Gene expression differences across treatments

Differentially expressed genes (DEGs) across treatments were identified in response to cold treatment, hypoxia, and UVR exposure for GEF (Figures S6 and S7). The expression profiles of DEGs after 24 h of hypoxia and 0 and 1 h after UVR exposure exhibited similar patterns in GEFs and MEFs (Figures 2E and 2F). However, DEG abundances were significantly different between GEFs and MEFs after 4 h of cold treatment, 24 h hypoxia, and 0 or 1 h after UVR exposure (Figure 2G).

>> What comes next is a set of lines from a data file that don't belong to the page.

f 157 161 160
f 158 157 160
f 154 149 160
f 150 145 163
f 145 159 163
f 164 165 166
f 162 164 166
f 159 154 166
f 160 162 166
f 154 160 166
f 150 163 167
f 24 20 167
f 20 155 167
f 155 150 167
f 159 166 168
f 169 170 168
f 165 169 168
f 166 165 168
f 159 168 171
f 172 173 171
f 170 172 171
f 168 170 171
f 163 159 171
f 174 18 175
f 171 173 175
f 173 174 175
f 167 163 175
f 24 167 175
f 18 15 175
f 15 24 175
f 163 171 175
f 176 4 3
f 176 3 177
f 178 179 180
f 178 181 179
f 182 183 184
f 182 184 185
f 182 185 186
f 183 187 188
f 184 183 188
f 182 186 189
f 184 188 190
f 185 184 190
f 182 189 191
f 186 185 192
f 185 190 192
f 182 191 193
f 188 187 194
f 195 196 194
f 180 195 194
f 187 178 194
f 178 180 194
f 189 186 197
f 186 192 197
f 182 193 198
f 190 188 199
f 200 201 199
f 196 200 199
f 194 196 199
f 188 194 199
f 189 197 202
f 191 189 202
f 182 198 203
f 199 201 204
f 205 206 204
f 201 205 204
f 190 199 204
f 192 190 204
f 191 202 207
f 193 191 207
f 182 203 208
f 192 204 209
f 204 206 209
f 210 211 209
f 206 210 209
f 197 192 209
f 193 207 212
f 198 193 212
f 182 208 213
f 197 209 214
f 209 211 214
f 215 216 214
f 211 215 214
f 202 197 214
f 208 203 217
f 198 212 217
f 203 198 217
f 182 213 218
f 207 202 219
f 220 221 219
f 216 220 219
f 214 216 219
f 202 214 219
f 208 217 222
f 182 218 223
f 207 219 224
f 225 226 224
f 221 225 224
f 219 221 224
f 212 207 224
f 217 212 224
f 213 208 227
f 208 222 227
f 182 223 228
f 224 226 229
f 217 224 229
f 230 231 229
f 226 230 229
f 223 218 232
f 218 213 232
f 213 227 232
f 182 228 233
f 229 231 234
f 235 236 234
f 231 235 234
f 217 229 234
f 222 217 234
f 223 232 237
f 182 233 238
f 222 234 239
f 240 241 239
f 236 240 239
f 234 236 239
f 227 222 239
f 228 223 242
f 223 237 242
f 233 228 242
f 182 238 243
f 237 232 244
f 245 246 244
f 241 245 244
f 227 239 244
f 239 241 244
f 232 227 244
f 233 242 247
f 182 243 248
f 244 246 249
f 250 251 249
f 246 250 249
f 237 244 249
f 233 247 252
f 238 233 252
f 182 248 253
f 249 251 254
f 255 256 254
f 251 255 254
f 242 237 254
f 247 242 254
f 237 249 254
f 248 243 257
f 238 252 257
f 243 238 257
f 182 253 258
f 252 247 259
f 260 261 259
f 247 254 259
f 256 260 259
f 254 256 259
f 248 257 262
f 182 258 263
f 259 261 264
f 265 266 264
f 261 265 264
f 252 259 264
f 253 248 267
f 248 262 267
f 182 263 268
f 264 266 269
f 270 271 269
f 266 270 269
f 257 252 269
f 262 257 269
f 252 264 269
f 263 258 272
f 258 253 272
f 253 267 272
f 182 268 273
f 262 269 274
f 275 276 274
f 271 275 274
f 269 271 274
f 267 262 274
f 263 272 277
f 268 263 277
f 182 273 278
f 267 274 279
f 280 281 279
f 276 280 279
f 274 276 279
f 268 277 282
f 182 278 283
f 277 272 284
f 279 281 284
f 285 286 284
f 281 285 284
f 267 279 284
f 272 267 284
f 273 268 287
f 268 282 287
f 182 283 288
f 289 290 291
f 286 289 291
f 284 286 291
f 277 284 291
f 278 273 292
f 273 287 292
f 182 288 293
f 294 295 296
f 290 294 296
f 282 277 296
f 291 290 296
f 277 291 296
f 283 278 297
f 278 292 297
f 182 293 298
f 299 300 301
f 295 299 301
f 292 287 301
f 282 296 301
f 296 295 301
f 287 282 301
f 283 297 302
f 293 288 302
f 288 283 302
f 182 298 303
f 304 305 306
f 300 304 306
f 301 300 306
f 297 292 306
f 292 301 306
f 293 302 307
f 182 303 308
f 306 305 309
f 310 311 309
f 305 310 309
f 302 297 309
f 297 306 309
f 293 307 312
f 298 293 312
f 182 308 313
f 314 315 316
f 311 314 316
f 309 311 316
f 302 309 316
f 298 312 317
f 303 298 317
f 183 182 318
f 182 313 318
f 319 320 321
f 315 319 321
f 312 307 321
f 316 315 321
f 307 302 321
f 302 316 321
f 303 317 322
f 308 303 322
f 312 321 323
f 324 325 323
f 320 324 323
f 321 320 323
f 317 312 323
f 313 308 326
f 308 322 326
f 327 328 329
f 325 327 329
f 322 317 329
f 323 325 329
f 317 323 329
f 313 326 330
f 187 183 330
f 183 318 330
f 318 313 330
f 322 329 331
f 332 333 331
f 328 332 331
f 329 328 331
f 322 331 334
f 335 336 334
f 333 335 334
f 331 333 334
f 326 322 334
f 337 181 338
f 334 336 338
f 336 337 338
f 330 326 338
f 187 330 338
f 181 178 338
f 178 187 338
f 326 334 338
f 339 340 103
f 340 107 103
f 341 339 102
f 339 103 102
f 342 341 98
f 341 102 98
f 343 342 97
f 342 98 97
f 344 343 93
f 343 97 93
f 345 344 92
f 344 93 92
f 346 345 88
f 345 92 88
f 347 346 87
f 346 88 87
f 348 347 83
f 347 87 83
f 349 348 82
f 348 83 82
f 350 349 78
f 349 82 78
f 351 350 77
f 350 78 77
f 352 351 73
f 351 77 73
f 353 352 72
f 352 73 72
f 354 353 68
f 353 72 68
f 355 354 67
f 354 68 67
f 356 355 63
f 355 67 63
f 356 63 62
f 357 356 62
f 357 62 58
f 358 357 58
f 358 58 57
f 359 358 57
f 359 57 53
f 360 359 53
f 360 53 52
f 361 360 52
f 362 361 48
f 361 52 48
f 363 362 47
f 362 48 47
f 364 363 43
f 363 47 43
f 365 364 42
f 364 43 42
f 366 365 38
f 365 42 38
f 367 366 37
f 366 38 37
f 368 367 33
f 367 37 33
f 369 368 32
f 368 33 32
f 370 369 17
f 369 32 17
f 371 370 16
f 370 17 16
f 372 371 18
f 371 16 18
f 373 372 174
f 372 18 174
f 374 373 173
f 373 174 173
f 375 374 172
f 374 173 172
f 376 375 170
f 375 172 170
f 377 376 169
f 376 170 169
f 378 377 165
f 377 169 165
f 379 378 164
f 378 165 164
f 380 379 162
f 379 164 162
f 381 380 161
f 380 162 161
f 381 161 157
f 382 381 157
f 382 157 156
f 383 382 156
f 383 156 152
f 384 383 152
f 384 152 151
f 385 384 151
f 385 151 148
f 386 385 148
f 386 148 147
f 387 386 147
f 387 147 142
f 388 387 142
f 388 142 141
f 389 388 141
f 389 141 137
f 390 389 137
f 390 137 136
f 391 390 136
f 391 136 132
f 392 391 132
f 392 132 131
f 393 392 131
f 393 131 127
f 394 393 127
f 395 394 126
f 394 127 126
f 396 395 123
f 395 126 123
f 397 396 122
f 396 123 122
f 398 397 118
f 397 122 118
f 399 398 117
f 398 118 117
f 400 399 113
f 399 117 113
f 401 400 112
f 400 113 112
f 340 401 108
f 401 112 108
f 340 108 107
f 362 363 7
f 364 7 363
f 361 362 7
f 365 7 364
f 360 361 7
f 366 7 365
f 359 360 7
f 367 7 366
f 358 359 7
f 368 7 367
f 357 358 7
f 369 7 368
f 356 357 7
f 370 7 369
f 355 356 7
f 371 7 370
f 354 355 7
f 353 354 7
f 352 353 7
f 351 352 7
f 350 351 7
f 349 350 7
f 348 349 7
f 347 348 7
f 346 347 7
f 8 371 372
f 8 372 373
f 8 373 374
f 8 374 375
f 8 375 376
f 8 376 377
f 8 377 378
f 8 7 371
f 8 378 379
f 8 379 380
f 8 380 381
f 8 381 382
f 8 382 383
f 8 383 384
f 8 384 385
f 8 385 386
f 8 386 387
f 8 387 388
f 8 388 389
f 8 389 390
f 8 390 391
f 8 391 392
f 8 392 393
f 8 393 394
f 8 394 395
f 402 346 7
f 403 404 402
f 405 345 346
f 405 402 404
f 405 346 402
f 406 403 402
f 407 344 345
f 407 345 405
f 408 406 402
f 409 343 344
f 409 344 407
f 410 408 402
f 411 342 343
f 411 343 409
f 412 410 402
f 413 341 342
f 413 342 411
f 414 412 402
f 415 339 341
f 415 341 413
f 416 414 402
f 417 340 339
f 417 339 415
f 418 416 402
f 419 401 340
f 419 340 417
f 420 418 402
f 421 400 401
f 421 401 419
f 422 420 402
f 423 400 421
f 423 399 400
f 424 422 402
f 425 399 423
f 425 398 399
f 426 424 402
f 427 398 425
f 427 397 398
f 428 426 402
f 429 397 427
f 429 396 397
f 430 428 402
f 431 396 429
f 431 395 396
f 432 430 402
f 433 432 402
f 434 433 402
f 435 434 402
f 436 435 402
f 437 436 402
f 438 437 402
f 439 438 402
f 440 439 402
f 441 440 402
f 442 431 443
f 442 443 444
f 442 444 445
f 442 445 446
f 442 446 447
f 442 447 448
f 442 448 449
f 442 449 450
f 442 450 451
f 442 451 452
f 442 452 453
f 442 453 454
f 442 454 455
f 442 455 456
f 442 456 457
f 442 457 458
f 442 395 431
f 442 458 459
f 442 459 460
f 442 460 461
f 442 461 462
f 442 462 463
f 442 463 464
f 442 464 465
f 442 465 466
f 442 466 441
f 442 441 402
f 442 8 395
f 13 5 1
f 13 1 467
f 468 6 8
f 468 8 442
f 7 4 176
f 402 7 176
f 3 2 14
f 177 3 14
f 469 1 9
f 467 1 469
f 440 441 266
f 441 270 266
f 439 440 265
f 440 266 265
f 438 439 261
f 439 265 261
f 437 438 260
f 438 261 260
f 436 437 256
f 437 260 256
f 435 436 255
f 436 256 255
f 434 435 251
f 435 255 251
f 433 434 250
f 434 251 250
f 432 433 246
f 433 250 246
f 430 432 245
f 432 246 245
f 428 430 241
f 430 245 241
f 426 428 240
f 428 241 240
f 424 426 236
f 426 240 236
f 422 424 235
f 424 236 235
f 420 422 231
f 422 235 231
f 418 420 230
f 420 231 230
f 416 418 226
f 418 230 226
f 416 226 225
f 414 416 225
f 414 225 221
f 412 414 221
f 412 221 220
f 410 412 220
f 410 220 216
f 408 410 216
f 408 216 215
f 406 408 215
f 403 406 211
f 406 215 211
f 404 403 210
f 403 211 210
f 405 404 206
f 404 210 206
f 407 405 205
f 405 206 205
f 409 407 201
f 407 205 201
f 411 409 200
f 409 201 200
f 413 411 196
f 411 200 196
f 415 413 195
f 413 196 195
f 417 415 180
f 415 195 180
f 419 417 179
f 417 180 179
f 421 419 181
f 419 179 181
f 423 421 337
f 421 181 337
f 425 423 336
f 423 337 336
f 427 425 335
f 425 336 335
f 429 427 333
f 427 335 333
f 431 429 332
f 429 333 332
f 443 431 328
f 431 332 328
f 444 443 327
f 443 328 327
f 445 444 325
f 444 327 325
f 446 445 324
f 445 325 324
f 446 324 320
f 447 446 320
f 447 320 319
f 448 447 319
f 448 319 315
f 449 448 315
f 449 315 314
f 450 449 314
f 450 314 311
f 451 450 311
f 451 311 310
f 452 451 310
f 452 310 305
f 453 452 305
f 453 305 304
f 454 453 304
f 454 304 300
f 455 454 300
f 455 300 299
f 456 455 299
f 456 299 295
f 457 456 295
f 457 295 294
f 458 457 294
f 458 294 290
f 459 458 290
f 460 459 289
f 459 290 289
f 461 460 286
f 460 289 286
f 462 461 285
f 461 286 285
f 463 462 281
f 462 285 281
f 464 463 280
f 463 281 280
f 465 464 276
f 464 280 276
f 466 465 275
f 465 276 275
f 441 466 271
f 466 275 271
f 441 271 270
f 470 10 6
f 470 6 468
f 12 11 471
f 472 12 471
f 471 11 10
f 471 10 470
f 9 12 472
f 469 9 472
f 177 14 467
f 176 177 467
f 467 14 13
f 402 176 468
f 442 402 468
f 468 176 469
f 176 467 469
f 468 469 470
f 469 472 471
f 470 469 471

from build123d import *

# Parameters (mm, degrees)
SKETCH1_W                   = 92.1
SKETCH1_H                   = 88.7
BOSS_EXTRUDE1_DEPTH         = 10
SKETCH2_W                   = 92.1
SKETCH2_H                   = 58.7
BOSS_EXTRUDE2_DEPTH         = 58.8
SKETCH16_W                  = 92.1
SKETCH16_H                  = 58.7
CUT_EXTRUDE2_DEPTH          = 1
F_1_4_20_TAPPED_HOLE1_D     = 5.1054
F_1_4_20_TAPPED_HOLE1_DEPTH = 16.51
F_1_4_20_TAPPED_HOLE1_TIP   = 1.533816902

The functional enrichment for DEGs showed that eight pathways were significantly enriched by GEF DEGs (corrected p <0.05) in the 24-h hypoxia-treated cells. The most significantly enriched pathway was the ECM-receptor interactions [the extracellular matrix (ECM) consists of a complex mixture of structural and functional macromolecules and plays an important role in tissue and organ morphogenesis and in the maintenance of cell and tissue structure and function] (Figure 2H and Table S7). The MAPK signaling pathway was the most significantly enriched pathway in GEF after 1 h of UVR exposure. According to our multiple sequence alignment, most of the structural features of MAPK1 (one important gene in the MAPK pathway) were found to be conserved among its homologs, such as protein kinase ATP binding site, serine/threonine-protein kinase active site, and mitogen-activated protein kinase in the S_TKc sequence. The comparison also showed that most residues in the active site were conserved in MAPK1 across the MAPK1 family (Figure S8). Functional experiments on one of the genes in the MAPK signaling pathway, MAPK1, showed that it can activate a range of cellular responses including cellular proliferation, differentiation, and apoptosis (Figure S9).

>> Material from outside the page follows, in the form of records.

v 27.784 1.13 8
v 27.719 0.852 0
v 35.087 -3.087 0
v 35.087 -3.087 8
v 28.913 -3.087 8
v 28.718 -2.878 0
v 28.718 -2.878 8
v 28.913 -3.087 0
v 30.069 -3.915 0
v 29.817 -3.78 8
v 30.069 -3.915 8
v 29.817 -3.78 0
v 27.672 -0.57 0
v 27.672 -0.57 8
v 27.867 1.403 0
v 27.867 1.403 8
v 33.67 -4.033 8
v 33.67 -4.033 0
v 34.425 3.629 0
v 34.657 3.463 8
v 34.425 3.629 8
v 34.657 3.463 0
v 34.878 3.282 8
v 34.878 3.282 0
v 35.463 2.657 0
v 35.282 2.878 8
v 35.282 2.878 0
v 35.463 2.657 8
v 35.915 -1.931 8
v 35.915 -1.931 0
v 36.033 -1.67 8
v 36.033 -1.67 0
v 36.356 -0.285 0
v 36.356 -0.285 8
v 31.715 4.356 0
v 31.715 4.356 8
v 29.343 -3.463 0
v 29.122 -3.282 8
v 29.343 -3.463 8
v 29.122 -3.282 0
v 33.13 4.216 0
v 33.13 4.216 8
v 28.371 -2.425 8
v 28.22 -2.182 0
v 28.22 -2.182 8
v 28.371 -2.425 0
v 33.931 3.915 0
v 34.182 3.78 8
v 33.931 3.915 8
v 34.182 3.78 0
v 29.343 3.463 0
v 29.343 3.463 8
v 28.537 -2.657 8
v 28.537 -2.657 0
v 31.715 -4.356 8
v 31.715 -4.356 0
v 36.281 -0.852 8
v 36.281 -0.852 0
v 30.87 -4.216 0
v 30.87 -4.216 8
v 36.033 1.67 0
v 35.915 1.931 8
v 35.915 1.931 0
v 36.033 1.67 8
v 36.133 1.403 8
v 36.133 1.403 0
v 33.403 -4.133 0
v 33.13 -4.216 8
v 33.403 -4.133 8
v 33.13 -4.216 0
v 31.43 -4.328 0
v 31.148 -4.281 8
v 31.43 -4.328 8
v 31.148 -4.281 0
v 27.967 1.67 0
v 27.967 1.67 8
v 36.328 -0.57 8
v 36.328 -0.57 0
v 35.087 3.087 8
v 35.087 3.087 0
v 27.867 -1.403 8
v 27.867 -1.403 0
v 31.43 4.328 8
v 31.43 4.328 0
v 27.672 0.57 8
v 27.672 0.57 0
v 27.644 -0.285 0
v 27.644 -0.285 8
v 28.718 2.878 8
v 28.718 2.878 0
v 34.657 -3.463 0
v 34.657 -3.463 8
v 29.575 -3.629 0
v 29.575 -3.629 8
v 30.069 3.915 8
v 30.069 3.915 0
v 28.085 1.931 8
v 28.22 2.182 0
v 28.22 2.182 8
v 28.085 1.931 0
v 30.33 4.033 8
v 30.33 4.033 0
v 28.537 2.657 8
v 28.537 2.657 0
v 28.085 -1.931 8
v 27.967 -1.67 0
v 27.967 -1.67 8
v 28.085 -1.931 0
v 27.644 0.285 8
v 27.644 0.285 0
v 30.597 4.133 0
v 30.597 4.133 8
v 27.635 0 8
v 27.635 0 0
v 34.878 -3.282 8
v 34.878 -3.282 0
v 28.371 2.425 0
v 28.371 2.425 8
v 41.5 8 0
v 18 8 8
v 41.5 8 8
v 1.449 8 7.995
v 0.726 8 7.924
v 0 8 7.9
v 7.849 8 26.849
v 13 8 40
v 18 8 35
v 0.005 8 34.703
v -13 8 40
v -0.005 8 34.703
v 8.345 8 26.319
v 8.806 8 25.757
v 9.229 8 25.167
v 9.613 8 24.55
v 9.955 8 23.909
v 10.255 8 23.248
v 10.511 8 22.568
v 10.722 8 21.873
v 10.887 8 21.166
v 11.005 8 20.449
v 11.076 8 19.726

In contrast, 1 h after UVR exposure in MEF led to statistically significant pathways associated with systemic lupus erythematous, alcoholism, and viral carcinogenesis. Likewise, the most significantly enriched pathways in GEFs and MEFs were strikingly different under other treatments. For example, the HIF signaling pathway [Hypoxia-inducible factor 1 (HIF-1) is a transcription factor that functions as a master regulator of oxygen homeostasis] was the most significantly enriched signaling pathway for MEFs after 4 h of hypoxia treatment (Figure 2H). This indicates that the stress response mechanisms between mice and birds are different after short-term stimulation, and different signaling pathways are activated in response to external stimuli, suggesting a plastic response to stress in birds and mammals.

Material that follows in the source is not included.